_Input material_
• • • •

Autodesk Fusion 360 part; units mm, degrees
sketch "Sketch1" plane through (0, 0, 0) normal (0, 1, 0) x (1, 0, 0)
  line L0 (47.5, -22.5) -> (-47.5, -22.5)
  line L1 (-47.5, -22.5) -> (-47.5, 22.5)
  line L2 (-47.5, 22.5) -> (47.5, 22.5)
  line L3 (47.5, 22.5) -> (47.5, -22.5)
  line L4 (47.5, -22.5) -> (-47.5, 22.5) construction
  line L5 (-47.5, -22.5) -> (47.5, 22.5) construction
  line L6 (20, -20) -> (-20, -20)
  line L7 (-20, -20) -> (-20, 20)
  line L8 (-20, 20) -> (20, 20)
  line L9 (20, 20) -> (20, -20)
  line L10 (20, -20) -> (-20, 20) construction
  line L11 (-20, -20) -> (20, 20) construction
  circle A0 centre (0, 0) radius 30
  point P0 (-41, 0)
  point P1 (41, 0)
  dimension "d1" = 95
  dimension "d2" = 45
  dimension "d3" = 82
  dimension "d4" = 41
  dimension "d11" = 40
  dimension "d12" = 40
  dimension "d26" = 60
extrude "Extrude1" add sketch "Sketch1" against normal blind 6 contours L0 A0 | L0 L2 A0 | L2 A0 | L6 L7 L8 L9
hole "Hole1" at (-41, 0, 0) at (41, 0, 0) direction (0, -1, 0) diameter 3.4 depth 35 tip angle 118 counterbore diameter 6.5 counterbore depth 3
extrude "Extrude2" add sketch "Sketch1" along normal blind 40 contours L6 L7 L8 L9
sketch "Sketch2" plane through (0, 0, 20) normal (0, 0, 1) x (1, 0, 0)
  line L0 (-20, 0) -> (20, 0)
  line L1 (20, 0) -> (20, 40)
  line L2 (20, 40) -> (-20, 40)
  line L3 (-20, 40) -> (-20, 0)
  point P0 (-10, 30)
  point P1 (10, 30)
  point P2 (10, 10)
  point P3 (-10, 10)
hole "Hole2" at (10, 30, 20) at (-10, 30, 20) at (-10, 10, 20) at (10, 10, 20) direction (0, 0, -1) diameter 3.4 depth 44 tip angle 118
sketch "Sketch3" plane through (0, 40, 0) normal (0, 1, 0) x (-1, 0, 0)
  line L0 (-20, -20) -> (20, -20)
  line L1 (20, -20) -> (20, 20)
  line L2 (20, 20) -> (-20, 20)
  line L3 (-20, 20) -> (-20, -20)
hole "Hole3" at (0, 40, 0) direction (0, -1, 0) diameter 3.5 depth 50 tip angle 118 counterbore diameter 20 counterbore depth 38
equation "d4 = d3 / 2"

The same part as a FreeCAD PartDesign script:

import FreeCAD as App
import Part
import Sketcher

doc = App.newDocument("Part")
body = doc.addObject("PartDesign::Body", "Body")

# Sketch on XZ plane
sketch1 = body.newObject("Sketcher::SketchObject", "Sketch")
sketch1.AttachmentSupport = (doc.getObject("XZ_Plane"), [""])
sketch1.MapMode = "FlatFace"
sketch1.addGeometry(Part.Circle(App.Vector(0, 0, 0), App.Vector(0, 0, 1), 30), False)
sketch1.addConstraint(Sketcher.Constraint("Coincident", 0, 3, -1, 1))
sketch1.addConstraint(Sketcher.Constraint("Diameter", 0, 60.0))
pad1 = body.newObject("PartDesign::Pad", "Pad")
pad1.Profile = sketch1
pad1.Length = 6

# Sketch on XZ plane
sketch2 = body.newObject("Sketcher::SketchObject", "Sketch001")
sketch2.AttachmentSupport = (doc.getObject("XZ_Plane"), [""])
sketch2.MapMode = "FlatFace"
sketch2.addGeometry(Part.Circle(App.Vector(-41, 0, 0), App.Vector(0, 0, 1), 1.7), False)
sketch2.addGeometry(Part.Circle(App.Vector(41, 0, 0), App.Vector(0, 0, 1), 1.7), False)
sketch2.addConstraint(Sketcher.Constraint("Equal", 0, 1))
sketch2.addConstraint(Sketcher.Constraint("Symmetric", 0, 3, 1, 3, -1, 1))
sketch2.addConstraint(Sketcher.Constraint("PointOnObject", 0, 3, -1))
sketch2.addConstraint(Sketcher.Constraint("Diameter", 0, 3.4))
sketch2.addConstraint(Sketcher.Constraint("DistanceX", 0, 3, -1, 1, 41.0))
doc.recompute()
hole = body.newObject("PartDesign::Hole", "Hole")
hole.Profile = sketch2
hole.ThreadType = "None"
hole.Diameter = 3.4
hole.DepthType = "Dimension"
hole.Depth = 35
hole.DrillPoint = "Angled"
hole.DrillPointAngle = 118
hole.HoleCutType = "Counterbore"
hole.HoleCutDiameter = 6.5
hole.HoleCutDepth = 3
hole.Reversed = True

# Sketch on XZ plane
sketch3 = body.newObject("Sketcher::SketchObject", "Sketch002")
sketch3.AttachmentSupport = (doc.getObject("XZ_Plane"), [""])
sketch3.MapMode = "FlatFace"
sketch3.addGeometry(Part.LineSegment(App.Vector(-20, 20, 0), App.Vector(20, 20, 0)), False)
sketch3.addGeometry(Part.LineSegment(App.Vector(20, 20, 0), App.Vector(20, -20, 0)), False)
sketch3.addGeometry(Part.LineSegment(App.Vector(20, -20, 0), App.Vector(-20, -20, 0)), False)
sketch3.addGeometry(Part.LineSegment(App.Vector(-20, -20, 0), App.Vector(-20, 20, 0)), False)
sketch3.addConstraint(Sketcher.Constraint("Coincident", 0, 2, 1, 1))
sketch3.addConstraint(Sketcher.Constraint("Coincident", 1, 2, 2, 1))
sketch3.addConstraint(Sketcher.Constraint("Coincident", 2, 2, 3, 1))
sketch3.addConstraint(Sketcher.Constraint("Coincident", 3, 2, 0, 1))
sketch3.addConstraint(Sketcher.Constraint("Horizontal", 0))
sketch3.addConstraint(Sketcher.Constraint("Vertical", 1))
sketch3.addConstraint(Sketcher.Constraint("Horizontal", 2))
sketch3.addConstraint(Sketcher.Constraint("Vertical", 3))
sketch3.addConstraint(Sketcher.Constraint("Symmetric", 0, 2, 2, 2, -1, 1))
sketch3.addConstraint(Sketcher.Constraint("Equal", 2, 1))
sketch3.addConstraint(Sketcher.Constraint("DistanceX", 0, 1, 0, 2, 40.0))
pad2 = body.newObject("PartDesign::Pad", "Pad001")
pad2.Profile = sketch3
pad2.Length = 40
pad2.Reversed = True

# Sketch on XY plane
sketch4 = body.newObject("Sketcher::SketchObject", "Sketch003")
sketch4.AttachmentSupport = (doc.getObject("XY_Plane"), [""])
sketch4.MapMode = "FlatFace"
sketch4.AttachmentOffset = App.Placement(App.Vector(0, 0, 20), App.Rotation())
sketch4.addGeometry(Part.Circle(App.Vector(10, 30, 0), App.Vector(0, 0, 1), 1.7), False)
sketch4.addGeometry(Part.Circle(App.Vector(-10, 30, 0), App.Vector(0, 0, 1), 1.7), False)
sketch4.addGeometry(Part.Circle(App.Vector(-10, 10, 0), App.Vector(0, 0, 1), 1.7), False)
sketch4.addGeometry(Part.Circle(App.Vector(10, 10, 0), App.Vector(0, 0, 1), 1.7), False)
sketch4.addConstraint(Sketcher.Constraint("Equal", 0, 1))
sketch4.addConstraint(Sketcher.Constraint("Equal", 1, 2))
sketch4.addConstraint(Sketcher.Constraint("Equal", 2, 3))
sketch4.addConstraint(Sketcher.Constraint("Symmetric", 0, 3, 1, 3, -2))
sketch4.addConstraint(Sketcher.Constraint("Symmetric", 2, 3, 3, 3, -2))
sketch4.addConstraint(Sketcher.Constraint("Vertical", 1, 3, 2, 3))
sketch4.addConstraint(Sketcher.Constraint("Diameter", 0, 3.4))
sketch4.addConstraint(Sketcher.Constraint("DistanceX", -1, 1, 0, 3, 10.0))
sketch4.addConstraint(Sketcher.Constraint("DistanceY", -1, 1, 0, 3, 30.0))
sketch4.addConstraint(Sketcher.Constraint("DistanceY", -1, 1, 2, 3, 10.0))
doc.recompute()
hole2 = body.newObject("PartDesign::Hole", "Hole001")
hole2.Profile = sketch4
hole2.ThreadType = "None"
hole2.Diameter = 3.4
hole2.DepthType = "Dimension"
hole2.Depth = 44
hole2.DrillPoint = "Angled"
hole2.DrillPointAngle = 118

# Sketch on XZ plane
sketch5 = body.newObject("Sketcher::SketchObject", "Sketch004")
sketch5.AttachmentSupport = (doc.getObject("XZ_Plane"), [""])
sketch5.MapMode = "FlatFace"
sketch5.AttachmentOffset = App.Placement(App.Vector(0, 0, -40), App.Rotation())
sketch5.addGeometry(Part.Circle(App.Vector(0, 0, 0), App.Vector(0, 0, 1), 1.75), False)
sketch5.addConstraint(Sketcher.Constraint("Coincident", 0, 3, -1, 1))
sketch5.addConstraint(Sketcher.Constraint("Diameter", 0, 3.5))
doc.recompute()
hole3 = body.newObject("PartDesign::Hole", "Hole002")
hole3.Profile = sketch5
hole3.ThreadType = "None"
hole3.Diameter = 3.5
hole3.DepthType = "Dimension"
hole3.Depth = 50
hole3.DrillPoint = "Angled"
hole3.DrillPointAngle = 118
hole3.HoleCutType = "Counterbore"
hole3.HoleCutDiameter = 20
hole3.HoleCutDepth = 38
hole3.Reversed = True

doc.recompute()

• • • •

_Work to complete_
Your answer must be a single number: the count of lines in the records that include "extrude".

_Task response_
2